Сочинения Иосифа Бродского. Том V | страница 13



Кроме того, армия есть крестьянская идея порядка. Ничто так не поднимает дух среднего человека, как вид когорт, марширующих перед членами политбюро на мавзолее. Мне кажется, никому из них никогда не приходило в голову, что в попирании ногами священной гробницы есть элемент кощунства. Видимо, это мыслилось как преемственность, и самое печальное в фигурах на мавзолее то, что они заодно с мумией бросают вызов времени. Их видишь по телевизору или на скверных фотографиях, миллионно размноженных официальными газетами. Подобно древним римлянам, прокладывавшим главную улицу в своих поселениях с севера на юг, дабы соотнести себя с центром Империи, советский человек по этим картинкам поверяет устойчивость и предсказуемость своей жизни.


Когда я работал на заводе, в обеденный перерыв мы выходили на заводской двор; кто садился и разворачивал бутерброды, кто курил, кто играл в волейбол. Там была маленькая клумба, окруженная полуметровым зеленым забором из штакетника. Забор был покрыт пылью и копотью, так же как сморщенные, вялые цветы на квадратной клумбе. Куда бы ни занесло тебя в нашей империи, ты везде найдешь такой забор. Штакетник обычно — готовое изделие, но если даже его стругают дома, то все равно выдерживают стандарт. Однажды я поехал в Среднюю Азию, в Самарканд[9]; я сгорал от желания увидеть бирюзовые купола и непостижимые орнаменты разных медресе и минаретов. Они были тут как тут. А потом я увидел этот забор с его идиотским ритмом, и сердце у меня упало. Восток исчез. Дробненькая, гребеночная скороговорка забора мгновенно уничтожила все пространство — а равно и время — между заводским двором и древним городом Хубилая.

Нет ничего более чуждого этим штакетникам, чем природа, чью зелень идиотически пародирует их цвет. Штакетники, правительственный чугун оград, неистребимое хаки военных в каждой толпе пешеходов, на каждой улице, в каждом городе, неотступная фотография домны в каждой утренней газете, неиссякаемый Чайковский по радио[10] — от всего этого можно сойти с ума, если не умеешь отключаться. На советском телевидении не было рекламных передач; в паузах показывали портреты Ленина и так называемые фотоэтюды: «Весна», «Осень» и т. д. Плюс «легкая» журчащая музыка, никогда не имевшая автора и творимая самим усилителем.

Тогда я еще не знал, что всем этим наградил нас век разума и прогресса, век массового производства; я приписывал это государству и отчасти самой стране, падкой на все, что не требует воображения.
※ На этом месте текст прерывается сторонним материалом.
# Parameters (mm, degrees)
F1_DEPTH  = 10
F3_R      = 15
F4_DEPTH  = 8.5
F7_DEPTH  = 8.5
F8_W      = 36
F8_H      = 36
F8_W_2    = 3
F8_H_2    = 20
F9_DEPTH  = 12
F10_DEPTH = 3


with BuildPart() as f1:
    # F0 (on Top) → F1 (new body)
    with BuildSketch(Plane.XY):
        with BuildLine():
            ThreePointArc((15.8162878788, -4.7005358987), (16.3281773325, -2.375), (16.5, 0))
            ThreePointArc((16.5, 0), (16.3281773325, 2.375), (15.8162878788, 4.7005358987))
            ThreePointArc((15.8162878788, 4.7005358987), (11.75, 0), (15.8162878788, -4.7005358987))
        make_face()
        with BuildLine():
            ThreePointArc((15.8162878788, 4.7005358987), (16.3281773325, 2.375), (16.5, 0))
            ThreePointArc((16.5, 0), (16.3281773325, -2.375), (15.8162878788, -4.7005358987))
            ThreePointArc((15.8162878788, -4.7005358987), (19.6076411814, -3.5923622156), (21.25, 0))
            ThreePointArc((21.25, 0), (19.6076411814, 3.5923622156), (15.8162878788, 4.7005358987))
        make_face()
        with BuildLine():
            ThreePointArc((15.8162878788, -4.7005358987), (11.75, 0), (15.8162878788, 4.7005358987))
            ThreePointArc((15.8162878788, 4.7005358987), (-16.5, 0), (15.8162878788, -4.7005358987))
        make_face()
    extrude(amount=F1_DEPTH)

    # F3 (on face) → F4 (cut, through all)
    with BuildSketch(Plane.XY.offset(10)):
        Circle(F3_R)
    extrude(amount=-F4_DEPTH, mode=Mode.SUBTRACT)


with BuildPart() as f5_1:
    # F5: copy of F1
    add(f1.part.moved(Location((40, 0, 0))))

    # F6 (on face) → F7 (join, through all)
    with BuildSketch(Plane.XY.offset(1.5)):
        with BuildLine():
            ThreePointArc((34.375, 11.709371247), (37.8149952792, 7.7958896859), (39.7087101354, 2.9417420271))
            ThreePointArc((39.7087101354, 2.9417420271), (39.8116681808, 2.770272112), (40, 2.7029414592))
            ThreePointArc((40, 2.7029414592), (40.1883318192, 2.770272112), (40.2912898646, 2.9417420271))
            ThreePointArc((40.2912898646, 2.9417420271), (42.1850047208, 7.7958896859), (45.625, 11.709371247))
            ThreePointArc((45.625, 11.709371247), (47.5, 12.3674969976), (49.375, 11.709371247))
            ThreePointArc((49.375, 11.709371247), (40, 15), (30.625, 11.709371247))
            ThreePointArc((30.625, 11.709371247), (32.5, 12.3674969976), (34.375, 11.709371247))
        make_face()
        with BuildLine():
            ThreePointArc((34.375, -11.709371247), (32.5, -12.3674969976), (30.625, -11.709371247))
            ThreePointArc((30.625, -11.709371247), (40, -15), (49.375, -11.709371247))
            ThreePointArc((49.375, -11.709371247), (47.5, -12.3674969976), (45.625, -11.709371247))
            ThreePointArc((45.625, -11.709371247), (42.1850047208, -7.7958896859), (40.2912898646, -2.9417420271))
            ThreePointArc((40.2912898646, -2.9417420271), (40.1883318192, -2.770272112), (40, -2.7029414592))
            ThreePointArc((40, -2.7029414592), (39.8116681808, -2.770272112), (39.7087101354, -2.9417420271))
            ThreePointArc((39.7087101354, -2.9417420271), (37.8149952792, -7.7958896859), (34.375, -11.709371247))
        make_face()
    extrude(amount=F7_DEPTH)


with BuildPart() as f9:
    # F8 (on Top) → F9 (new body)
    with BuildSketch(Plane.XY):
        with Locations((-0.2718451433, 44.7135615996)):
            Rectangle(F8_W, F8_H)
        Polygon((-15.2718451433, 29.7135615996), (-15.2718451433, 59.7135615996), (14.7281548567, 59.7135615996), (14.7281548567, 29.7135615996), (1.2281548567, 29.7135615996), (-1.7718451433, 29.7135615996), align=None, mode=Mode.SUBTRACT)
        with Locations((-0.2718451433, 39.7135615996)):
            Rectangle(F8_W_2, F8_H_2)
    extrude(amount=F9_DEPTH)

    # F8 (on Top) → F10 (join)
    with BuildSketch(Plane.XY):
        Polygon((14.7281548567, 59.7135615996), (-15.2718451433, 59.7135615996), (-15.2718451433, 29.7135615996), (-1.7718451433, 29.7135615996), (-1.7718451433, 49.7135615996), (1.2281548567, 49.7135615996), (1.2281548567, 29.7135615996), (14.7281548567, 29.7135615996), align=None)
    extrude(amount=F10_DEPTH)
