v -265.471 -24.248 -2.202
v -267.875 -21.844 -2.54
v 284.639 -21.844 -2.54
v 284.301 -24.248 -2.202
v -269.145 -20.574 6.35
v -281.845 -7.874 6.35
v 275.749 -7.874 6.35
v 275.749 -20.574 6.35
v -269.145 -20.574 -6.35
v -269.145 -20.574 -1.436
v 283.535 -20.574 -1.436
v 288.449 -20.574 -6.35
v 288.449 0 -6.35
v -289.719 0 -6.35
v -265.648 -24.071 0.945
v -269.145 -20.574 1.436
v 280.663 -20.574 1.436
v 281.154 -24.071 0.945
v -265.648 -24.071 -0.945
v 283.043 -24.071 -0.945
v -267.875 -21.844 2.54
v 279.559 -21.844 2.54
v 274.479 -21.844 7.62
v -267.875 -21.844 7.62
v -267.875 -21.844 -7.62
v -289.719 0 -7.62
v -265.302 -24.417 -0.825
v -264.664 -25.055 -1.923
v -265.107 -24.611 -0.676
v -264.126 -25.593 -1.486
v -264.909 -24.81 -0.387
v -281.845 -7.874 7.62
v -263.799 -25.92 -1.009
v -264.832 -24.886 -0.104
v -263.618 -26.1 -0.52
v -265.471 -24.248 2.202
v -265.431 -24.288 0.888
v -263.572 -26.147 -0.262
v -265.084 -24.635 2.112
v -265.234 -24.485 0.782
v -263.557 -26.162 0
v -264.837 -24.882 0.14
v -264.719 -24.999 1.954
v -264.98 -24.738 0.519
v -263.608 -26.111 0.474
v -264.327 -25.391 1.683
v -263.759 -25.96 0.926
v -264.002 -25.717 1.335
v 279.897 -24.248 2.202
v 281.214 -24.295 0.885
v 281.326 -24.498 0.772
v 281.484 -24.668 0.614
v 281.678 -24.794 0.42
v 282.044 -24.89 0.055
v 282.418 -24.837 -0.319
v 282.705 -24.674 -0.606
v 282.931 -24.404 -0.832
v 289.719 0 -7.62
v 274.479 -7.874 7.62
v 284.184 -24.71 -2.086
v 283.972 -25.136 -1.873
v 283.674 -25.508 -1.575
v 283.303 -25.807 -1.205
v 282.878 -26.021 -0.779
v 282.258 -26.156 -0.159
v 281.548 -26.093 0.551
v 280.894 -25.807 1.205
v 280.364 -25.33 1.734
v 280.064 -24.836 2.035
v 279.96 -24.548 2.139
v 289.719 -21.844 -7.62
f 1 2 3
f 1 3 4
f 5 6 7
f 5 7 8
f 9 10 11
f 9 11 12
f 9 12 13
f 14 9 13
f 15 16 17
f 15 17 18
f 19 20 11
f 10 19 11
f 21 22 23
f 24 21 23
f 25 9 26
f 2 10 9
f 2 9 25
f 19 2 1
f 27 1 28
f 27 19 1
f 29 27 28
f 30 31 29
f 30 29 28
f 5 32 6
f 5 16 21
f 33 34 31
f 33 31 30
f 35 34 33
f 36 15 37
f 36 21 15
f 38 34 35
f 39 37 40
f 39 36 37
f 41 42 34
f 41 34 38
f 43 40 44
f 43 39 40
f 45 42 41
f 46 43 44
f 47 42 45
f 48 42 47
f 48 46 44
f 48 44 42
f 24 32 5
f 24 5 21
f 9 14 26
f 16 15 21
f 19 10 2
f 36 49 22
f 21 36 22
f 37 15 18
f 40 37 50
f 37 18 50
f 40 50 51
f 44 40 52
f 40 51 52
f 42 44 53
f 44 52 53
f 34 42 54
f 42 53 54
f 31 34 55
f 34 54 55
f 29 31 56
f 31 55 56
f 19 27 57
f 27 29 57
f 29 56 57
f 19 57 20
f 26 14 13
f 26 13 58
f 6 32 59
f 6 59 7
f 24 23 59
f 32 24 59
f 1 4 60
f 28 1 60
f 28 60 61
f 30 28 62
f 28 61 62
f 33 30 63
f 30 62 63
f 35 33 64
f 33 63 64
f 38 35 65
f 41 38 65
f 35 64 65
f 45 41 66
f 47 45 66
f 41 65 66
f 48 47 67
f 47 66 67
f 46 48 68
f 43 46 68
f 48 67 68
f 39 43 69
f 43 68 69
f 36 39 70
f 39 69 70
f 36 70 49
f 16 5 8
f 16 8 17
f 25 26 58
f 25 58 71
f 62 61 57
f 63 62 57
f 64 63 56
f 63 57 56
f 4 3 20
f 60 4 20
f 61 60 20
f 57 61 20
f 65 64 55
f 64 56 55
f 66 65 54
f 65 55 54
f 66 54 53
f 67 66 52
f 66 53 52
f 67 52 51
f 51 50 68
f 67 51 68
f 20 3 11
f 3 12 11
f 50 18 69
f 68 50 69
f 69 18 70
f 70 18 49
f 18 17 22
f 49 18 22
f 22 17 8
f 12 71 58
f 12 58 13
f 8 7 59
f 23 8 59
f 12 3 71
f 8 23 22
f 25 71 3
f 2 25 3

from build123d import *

# Parameters (mm, degrees)
BOSS_EXTRUDE1_DEPTH         = 289.71875
CUT_TOP_RIGHT_FRONT_DEPTH   = 27.162
CUT_FRONT_LEFT_BOTTOM_DEPTH = 16.24


with BuildPart() as part:
    # Sketch1 → Boss-Extrude1 (new body, symmetric)
    with BuildSketch(Plane(origin=(0, 0, 0), x_dir=(0, 0, -1), z_dir=(1, 0, 0))):
        with BuildLine():
            Line((7.62, 0), (7.62, -21.844))
            Line((7.62, -21.844), (2.54, -21.844))
            Line((2.54, -21.844), (2.202186415, -24.247668555))
            ThreePointArc((2.202186415, -24.247668555), (0, -26.162), (-2.202186415, -24.247668555))
            Line((-2.202186415, -24.247668555), (-2.54, -21.844))
            Line((-2.54, -21.844), (-7.62, -21.844))
            Line((-7.62, -21.844), (-7.62, -7.874))
            Line((-7.62, -7.874), (-6.35, -7.874))
            Line((-6.35, -7.874), (-6.35, -20.574))
            Line((-6.35, -20.574), (-1.436005843, -20.574))
            Line((-1.436005843, -20.574), (-0.944545968, -24.070918717))
            ThreePointArc((-0.944545968, -24.070918717), (0, -24.892), (0.944545968, -24.070918717))
            Line((0.944545968, -24.070918717), (1.436005843, -20.574))
            Line((1.436005843, -20.574), (6.35, -20.574))
            Line((6.35, -20.574), (6.35, 0))
            Line((6.35, 0), (7.62, 0))
        make_face()
    extrude(amount=BOSS_EXTRUDE1_DEPTH, both=True)

    # Sketch2 → Cut-Top-Right-Front (cut, through all)
    with BuildSketch(Plane(origin=(0, 0, 0), x_dir=(1, 0, 0), z_dir=(0, 1, 0))):
        Polygon((289.71875, 7.62), (274.47875, -7.62), (289.71875, -7.62), align=None)
    extrude(amount=-CUT_TOP_RIGHT_FRONT_DEPTH, mode=Mode.SUBTRACT)

    # Sketch12 → Cut-Front-Left-Bottom (cut, through all)
    with BuildSketch(Plane.XY.offset(7.62)):
        Polygon((-289.71875, 0), (-263.55675, -26.162), (-289.71875, -26.162), align=None)
    extrude(amount=-CUT_FRONT_LEFT_BOTTOM_DEPTH, mode=Mode.SUBTRACT)


solid = part.part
И все-таки думаю, что не совсем ошибался. Казалось бы, где, как не в централизованном государстве, легче всего сеять и распространять просвещение? Правителю, теоретически, доступнее совершенство (на каковое он в любом случае претендует), чем представителю. Об этом твердил Руссо. Жаль, что так не случилось с русскими. Страна с изумительно гибким языком, способным передать тончайшие движения человеческой души, с невероятной этической чувствительностью (благой результат ее в остальном трагической истории) обладала всеми задатками культурного, духовного рая, подлинного сосуда цивилизации. А стала адом серости с убогой материалистической догмой и жалкими потребительскими поползновениями.